[DATA SECTION]
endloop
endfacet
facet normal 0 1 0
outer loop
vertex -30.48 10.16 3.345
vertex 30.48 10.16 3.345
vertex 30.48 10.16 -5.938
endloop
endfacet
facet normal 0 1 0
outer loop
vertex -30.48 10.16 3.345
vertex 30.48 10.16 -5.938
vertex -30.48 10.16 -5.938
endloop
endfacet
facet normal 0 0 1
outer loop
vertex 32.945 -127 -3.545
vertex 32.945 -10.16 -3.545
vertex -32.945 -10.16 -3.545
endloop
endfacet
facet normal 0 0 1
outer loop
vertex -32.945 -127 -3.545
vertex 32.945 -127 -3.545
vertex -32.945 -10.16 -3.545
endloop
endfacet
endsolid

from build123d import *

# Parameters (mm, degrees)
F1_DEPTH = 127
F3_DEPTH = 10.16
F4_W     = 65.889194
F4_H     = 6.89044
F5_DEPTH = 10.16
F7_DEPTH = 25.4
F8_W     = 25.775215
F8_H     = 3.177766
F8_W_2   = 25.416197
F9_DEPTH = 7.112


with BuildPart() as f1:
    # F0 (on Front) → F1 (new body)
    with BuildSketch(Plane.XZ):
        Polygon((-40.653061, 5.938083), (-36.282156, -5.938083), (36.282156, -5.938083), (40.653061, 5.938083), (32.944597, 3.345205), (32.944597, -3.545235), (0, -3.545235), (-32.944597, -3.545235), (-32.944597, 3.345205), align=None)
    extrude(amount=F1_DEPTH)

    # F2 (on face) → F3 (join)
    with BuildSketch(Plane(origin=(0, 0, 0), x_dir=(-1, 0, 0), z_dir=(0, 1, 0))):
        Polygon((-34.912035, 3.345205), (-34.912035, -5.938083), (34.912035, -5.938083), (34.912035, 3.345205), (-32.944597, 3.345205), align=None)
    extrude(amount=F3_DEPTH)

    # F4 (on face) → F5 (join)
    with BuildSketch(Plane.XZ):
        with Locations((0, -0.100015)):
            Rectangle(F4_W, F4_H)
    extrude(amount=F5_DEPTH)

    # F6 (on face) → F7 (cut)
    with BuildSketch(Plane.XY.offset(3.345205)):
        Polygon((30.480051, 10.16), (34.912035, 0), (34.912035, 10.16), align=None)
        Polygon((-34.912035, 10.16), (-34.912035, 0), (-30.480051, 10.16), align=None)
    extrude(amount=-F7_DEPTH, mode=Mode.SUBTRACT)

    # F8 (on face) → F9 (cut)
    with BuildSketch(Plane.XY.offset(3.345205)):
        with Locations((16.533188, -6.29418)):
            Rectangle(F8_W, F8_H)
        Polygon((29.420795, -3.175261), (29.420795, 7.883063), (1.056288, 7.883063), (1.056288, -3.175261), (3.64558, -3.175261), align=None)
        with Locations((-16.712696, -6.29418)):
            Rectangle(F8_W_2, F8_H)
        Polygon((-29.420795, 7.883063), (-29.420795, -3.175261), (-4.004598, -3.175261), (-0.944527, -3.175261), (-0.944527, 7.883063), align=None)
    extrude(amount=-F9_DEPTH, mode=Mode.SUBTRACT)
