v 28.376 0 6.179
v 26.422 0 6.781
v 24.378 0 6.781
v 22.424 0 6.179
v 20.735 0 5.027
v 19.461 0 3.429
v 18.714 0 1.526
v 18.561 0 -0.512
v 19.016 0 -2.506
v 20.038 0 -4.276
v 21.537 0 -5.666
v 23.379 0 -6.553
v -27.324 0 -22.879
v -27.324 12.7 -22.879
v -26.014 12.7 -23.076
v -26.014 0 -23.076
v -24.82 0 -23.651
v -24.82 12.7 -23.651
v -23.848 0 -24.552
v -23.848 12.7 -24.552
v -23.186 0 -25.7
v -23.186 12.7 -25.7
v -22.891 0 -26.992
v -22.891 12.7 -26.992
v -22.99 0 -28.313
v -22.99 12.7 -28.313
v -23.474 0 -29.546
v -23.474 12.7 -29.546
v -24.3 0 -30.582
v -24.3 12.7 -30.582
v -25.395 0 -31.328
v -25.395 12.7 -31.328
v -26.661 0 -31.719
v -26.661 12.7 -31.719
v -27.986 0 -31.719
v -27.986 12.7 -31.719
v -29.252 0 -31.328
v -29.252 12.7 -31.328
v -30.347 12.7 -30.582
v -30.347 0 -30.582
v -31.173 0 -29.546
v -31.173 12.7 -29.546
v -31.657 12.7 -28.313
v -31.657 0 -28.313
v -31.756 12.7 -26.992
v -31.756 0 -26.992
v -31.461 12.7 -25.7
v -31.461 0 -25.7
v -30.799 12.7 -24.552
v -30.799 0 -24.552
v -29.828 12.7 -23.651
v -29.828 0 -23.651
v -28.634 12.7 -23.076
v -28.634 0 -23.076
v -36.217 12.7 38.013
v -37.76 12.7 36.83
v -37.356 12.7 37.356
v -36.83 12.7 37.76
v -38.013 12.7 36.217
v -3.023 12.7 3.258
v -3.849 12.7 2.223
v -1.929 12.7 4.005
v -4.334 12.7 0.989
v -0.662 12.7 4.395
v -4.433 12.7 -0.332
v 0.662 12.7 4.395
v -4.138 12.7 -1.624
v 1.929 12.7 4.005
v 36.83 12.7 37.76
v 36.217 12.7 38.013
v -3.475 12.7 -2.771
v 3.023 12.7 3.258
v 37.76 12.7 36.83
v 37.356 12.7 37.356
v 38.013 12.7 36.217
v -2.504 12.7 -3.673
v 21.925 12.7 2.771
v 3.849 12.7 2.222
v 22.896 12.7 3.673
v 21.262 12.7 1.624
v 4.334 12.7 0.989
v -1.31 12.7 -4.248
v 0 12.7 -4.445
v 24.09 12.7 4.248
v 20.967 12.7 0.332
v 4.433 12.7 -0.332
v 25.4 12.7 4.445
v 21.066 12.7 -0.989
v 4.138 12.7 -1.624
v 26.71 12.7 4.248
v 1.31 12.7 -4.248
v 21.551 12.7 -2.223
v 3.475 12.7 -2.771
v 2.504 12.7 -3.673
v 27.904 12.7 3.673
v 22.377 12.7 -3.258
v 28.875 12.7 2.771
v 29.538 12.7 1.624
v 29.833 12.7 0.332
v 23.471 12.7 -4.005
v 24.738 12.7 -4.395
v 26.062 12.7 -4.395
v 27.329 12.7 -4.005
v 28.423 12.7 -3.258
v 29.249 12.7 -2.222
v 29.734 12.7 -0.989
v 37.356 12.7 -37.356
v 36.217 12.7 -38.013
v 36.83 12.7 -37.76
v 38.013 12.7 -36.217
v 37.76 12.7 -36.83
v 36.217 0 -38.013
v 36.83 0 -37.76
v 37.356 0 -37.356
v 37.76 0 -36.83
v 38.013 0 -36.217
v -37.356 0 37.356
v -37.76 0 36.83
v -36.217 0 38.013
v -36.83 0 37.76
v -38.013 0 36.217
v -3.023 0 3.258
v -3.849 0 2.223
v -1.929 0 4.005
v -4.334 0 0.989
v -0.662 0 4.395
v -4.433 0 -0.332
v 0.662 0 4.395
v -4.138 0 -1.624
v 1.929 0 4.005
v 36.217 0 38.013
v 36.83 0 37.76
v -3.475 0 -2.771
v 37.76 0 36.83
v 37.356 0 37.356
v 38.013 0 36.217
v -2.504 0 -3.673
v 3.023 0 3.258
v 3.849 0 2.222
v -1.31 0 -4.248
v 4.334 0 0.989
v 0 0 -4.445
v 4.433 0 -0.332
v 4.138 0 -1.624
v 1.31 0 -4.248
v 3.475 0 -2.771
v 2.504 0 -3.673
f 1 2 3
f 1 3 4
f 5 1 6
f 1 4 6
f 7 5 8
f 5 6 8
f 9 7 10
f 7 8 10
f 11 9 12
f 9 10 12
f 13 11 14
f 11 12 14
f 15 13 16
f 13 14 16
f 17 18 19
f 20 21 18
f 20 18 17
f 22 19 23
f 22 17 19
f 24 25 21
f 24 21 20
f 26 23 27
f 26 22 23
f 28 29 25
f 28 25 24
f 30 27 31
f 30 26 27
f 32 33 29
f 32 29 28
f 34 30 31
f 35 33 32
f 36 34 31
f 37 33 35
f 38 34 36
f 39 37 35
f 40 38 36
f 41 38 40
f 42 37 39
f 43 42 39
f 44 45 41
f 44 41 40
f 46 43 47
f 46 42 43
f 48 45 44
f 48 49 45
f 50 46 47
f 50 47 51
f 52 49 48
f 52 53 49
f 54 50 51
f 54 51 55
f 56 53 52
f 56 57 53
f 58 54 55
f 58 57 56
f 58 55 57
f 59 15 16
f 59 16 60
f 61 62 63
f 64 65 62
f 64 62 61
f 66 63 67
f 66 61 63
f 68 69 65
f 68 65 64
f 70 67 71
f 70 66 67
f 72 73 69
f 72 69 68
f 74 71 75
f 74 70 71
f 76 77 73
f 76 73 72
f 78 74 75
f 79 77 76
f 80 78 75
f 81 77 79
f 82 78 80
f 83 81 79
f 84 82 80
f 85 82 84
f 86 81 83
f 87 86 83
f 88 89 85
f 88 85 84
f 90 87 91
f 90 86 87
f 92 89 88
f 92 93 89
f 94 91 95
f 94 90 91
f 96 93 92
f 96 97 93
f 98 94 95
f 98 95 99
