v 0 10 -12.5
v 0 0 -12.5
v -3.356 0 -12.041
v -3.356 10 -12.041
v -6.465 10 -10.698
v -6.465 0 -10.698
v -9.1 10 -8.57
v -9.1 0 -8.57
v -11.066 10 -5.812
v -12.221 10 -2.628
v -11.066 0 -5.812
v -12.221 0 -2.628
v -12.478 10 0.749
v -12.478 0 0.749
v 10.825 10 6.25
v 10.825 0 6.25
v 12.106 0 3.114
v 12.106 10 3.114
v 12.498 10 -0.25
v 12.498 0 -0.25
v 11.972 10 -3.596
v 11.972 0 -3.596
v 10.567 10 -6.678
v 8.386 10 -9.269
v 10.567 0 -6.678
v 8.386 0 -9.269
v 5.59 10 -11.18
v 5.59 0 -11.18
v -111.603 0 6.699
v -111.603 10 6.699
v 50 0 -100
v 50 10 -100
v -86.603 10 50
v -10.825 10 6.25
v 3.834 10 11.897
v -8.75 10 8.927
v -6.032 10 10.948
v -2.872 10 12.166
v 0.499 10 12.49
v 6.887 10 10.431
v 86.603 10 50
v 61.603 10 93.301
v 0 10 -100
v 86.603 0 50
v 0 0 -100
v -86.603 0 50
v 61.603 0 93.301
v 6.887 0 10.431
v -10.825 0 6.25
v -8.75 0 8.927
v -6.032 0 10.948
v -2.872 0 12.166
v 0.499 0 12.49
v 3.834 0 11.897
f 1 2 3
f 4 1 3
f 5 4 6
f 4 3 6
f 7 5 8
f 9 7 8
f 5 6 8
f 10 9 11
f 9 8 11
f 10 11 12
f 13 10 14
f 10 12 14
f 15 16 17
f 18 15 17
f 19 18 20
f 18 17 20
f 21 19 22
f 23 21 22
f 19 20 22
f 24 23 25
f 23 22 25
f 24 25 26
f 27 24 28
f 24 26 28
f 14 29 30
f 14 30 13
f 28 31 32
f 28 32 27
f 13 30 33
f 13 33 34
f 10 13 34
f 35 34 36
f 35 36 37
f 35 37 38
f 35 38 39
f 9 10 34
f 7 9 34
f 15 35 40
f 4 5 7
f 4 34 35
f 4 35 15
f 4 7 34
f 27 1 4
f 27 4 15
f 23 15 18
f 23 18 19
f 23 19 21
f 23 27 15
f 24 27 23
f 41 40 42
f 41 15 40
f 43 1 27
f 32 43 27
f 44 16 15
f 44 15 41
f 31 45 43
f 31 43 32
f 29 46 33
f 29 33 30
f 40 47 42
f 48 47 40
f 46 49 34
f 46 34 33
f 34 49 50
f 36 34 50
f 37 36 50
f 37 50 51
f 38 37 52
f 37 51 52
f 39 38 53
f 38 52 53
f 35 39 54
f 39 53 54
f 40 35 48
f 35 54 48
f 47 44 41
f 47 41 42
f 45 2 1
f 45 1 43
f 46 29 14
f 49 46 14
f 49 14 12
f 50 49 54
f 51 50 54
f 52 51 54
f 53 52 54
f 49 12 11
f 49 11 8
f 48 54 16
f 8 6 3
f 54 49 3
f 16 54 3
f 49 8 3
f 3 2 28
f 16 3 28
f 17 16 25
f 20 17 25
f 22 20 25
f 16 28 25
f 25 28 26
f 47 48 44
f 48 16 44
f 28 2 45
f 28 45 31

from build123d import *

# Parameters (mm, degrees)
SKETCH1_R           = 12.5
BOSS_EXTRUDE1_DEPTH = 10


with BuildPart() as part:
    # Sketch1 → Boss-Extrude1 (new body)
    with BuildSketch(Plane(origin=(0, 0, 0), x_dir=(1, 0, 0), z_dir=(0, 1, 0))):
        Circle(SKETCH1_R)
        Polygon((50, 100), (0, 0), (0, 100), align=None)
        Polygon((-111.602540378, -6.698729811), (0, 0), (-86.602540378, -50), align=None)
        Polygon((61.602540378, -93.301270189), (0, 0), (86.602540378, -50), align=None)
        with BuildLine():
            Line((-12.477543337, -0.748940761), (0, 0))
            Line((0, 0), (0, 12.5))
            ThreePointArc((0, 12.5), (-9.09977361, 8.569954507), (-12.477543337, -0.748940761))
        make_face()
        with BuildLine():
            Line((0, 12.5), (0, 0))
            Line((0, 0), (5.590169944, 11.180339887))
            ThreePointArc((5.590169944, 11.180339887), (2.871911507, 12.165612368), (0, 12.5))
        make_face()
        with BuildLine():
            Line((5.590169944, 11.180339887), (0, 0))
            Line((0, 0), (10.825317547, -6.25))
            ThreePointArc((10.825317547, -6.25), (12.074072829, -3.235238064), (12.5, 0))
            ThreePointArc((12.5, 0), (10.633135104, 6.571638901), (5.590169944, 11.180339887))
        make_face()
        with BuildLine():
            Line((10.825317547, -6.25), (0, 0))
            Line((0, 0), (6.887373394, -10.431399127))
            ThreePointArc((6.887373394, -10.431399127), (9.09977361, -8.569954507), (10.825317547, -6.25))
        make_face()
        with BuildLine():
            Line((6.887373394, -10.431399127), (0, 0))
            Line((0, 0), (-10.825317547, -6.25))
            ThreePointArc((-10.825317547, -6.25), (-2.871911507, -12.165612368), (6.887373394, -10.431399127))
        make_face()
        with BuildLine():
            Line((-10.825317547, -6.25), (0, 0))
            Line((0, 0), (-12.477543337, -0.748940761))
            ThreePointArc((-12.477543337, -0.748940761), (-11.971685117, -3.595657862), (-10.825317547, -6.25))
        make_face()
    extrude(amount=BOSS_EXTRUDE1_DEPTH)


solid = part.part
[/DATA SECTION]
[DATA SECTION]
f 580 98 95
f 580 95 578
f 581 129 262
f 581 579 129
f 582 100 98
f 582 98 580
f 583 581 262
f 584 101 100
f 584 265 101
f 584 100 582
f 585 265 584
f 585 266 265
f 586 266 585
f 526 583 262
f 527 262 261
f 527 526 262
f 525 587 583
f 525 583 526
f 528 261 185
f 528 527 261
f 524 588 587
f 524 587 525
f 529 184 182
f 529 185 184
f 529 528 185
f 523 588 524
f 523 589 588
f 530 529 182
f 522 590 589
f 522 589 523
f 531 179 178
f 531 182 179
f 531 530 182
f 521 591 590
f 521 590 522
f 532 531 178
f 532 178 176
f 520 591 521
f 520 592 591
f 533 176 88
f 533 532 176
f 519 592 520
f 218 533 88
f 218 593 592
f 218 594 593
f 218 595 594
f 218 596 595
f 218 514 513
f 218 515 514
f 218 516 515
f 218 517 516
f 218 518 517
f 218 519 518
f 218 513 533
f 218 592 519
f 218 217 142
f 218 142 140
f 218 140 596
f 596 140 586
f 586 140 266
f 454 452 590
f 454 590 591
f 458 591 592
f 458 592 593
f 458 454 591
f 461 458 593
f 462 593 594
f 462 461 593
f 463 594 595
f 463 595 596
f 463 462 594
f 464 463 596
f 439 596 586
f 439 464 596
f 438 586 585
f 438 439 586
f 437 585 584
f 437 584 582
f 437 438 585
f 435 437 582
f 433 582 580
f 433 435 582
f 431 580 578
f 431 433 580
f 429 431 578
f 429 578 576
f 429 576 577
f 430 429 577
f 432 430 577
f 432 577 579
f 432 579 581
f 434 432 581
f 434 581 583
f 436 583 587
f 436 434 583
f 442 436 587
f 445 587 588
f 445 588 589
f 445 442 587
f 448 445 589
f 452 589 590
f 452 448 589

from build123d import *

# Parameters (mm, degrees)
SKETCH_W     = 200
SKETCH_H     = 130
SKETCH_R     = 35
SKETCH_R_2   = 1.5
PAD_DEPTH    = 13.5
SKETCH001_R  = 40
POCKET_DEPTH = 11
[/DATA SECTION]
**WORK ORDER:**
State how many lines of the entries above include the string "Mode". The reply is that number alone.

**ANSWER TO THE EXERCISE:**
2